- **Provided data**:
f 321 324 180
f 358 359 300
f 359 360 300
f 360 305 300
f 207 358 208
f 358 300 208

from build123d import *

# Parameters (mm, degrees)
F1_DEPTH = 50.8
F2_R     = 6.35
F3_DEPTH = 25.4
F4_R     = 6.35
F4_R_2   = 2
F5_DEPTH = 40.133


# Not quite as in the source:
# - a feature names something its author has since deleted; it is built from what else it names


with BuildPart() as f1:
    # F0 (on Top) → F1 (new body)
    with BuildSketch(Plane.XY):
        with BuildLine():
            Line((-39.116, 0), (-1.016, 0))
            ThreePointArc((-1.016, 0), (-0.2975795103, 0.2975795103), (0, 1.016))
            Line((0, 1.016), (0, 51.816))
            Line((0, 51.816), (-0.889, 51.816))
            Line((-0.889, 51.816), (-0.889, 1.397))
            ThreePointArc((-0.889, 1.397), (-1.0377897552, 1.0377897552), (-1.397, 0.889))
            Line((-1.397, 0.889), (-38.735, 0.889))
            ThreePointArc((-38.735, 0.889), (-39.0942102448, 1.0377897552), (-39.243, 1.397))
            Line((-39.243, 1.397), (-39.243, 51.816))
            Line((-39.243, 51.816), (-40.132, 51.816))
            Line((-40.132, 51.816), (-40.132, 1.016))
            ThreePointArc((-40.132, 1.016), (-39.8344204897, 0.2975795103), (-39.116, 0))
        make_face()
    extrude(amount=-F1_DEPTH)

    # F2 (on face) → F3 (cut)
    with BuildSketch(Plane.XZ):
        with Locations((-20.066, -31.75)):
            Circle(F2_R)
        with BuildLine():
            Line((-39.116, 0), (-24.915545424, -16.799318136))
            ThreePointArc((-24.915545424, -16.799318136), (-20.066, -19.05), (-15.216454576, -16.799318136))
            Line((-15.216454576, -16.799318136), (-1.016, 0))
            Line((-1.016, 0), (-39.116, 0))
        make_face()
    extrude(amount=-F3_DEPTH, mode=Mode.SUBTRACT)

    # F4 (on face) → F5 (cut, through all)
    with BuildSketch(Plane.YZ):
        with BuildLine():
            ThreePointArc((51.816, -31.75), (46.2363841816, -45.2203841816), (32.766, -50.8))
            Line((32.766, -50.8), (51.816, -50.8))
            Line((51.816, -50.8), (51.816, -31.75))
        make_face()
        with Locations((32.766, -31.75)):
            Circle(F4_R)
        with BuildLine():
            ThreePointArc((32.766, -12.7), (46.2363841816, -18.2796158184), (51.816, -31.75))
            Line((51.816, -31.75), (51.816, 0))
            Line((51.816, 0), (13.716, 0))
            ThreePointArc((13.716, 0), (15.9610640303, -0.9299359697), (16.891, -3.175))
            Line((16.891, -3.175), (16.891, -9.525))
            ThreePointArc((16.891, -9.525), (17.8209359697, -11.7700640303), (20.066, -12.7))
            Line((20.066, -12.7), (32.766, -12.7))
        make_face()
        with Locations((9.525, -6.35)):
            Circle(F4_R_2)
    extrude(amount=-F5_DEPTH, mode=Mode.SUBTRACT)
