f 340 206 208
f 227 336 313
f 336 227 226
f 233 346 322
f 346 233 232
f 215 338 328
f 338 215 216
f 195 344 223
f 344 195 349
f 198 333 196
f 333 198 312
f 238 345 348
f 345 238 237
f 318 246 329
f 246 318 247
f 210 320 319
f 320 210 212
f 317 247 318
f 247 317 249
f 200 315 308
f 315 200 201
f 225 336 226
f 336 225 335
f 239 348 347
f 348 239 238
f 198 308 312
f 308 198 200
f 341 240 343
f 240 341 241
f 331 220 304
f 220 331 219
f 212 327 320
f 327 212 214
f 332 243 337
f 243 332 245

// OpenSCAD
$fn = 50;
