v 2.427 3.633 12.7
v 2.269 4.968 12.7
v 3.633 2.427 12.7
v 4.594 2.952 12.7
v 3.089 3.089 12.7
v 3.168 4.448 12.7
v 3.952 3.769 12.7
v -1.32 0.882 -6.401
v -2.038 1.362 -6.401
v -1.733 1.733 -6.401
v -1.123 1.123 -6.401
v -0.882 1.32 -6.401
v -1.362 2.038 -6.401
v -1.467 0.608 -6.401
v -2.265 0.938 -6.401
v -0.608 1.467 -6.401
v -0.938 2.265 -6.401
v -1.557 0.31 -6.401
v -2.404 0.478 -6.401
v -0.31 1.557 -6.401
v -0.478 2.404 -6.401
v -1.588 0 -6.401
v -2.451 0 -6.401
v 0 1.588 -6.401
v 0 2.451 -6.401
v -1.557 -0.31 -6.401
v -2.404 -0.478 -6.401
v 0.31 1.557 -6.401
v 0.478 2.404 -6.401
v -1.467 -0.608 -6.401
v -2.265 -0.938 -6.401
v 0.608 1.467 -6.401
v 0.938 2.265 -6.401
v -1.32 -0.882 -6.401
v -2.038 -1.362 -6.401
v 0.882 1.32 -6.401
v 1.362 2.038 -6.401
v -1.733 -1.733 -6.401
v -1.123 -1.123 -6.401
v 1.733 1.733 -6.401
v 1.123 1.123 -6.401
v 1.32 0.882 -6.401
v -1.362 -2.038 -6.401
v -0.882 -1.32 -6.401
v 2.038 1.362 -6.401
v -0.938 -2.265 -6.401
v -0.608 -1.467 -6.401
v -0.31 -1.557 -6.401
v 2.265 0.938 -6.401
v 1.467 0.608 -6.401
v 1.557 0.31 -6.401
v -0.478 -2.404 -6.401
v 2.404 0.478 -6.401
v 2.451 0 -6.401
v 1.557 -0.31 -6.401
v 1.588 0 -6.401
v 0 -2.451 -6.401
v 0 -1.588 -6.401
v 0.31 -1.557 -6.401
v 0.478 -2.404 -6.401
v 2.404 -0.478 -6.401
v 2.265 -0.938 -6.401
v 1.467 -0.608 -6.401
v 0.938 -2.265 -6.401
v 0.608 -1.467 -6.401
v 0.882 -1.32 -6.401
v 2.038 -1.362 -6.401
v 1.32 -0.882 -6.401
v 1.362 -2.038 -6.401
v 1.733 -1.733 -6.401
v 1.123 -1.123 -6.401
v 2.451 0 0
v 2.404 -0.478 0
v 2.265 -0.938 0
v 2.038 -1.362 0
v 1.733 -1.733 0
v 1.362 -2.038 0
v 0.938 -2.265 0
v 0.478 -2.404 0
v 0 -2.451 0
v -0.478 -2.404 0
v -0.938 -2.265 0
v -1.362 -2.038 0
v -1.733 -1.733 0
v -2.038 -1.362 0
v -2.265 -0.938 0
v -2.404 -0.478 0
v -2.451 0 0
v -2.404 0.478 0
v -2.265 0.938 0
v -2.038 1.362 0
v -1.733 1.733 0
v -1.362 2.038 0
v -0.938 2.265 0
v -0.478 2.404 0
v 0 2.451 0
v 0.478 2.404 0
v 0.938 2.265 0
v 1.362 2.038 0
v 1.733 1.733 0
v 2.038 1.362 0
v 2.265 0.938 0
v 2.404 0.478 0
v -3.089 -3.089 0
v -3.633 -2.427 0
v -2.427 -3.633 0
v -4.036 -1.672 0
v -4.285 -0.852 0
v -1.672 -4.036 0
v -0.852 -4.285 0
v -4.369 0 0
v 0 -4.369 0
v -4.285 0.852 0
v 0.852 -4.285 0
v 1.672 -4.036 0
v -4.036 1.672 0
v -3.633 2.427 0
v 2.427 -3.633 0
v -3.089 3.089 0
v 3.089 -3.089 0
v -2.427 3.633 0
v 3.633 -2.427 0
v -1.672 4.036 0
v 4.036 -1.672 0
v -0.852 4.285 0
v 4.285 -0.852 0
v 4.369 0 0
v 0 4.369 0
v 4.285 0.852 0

- **Task statement**: All lines from the one that contains "v -1.362 -2.038 0" through the end of the listing above should be copied exactly, with nothing else.

- **Finished exercise**:
v -1.362 -2.038 0
v -1.733 -1.733 0
v -2.038 -1.362 0
v -2.265 -0.938 0
v -2.404 -0.478 0
v -2.451 0 0
v -2.404 0.478 0
v -2.265 0.938 0
v -2.038 1.362 0
v -1.733 1.733 0
v -1.362 2.038 0
v -0.938 2.265 0
v -0.478 2.404 0
v 0 2.451 0
v 0.478 2.404 0
v 0.938 2.265 0
v 1.362 2.038 0
v 1.733 1.733 0
v 2.038 1.362 0
v 2.265 0.938 0
v 2.404 0.478 0
v -3.089 -3.089 0
v -3.633 -2.427 0
v -2.427 -3.633 0
v -4.036 -1.672 0
v -4.285 -0.852 0
v -1.672 -4.036 0
v -0.852 -4.285 0
v -4.369 0 0
v 0 -4.369 0
v -4.285 0.852 0
v 0.852 -4.285 0
v 1.672 -4.036 0
v -4.036 1.672 0
v -3.633 2.427 0
v 2.427 -3.633 0
v -3.089 3.089 0
v 3.089 -3.089 0
v -2.427 3.633 0
v 3.633 -2.427 0
v -1.672 4.036 0
v 4.036 -1.672 0
v -0.852 4.285 0
v 4.285 -0.852 0
v 4.369 0 0
v 0 4.369 0
v 4.285 0.852 0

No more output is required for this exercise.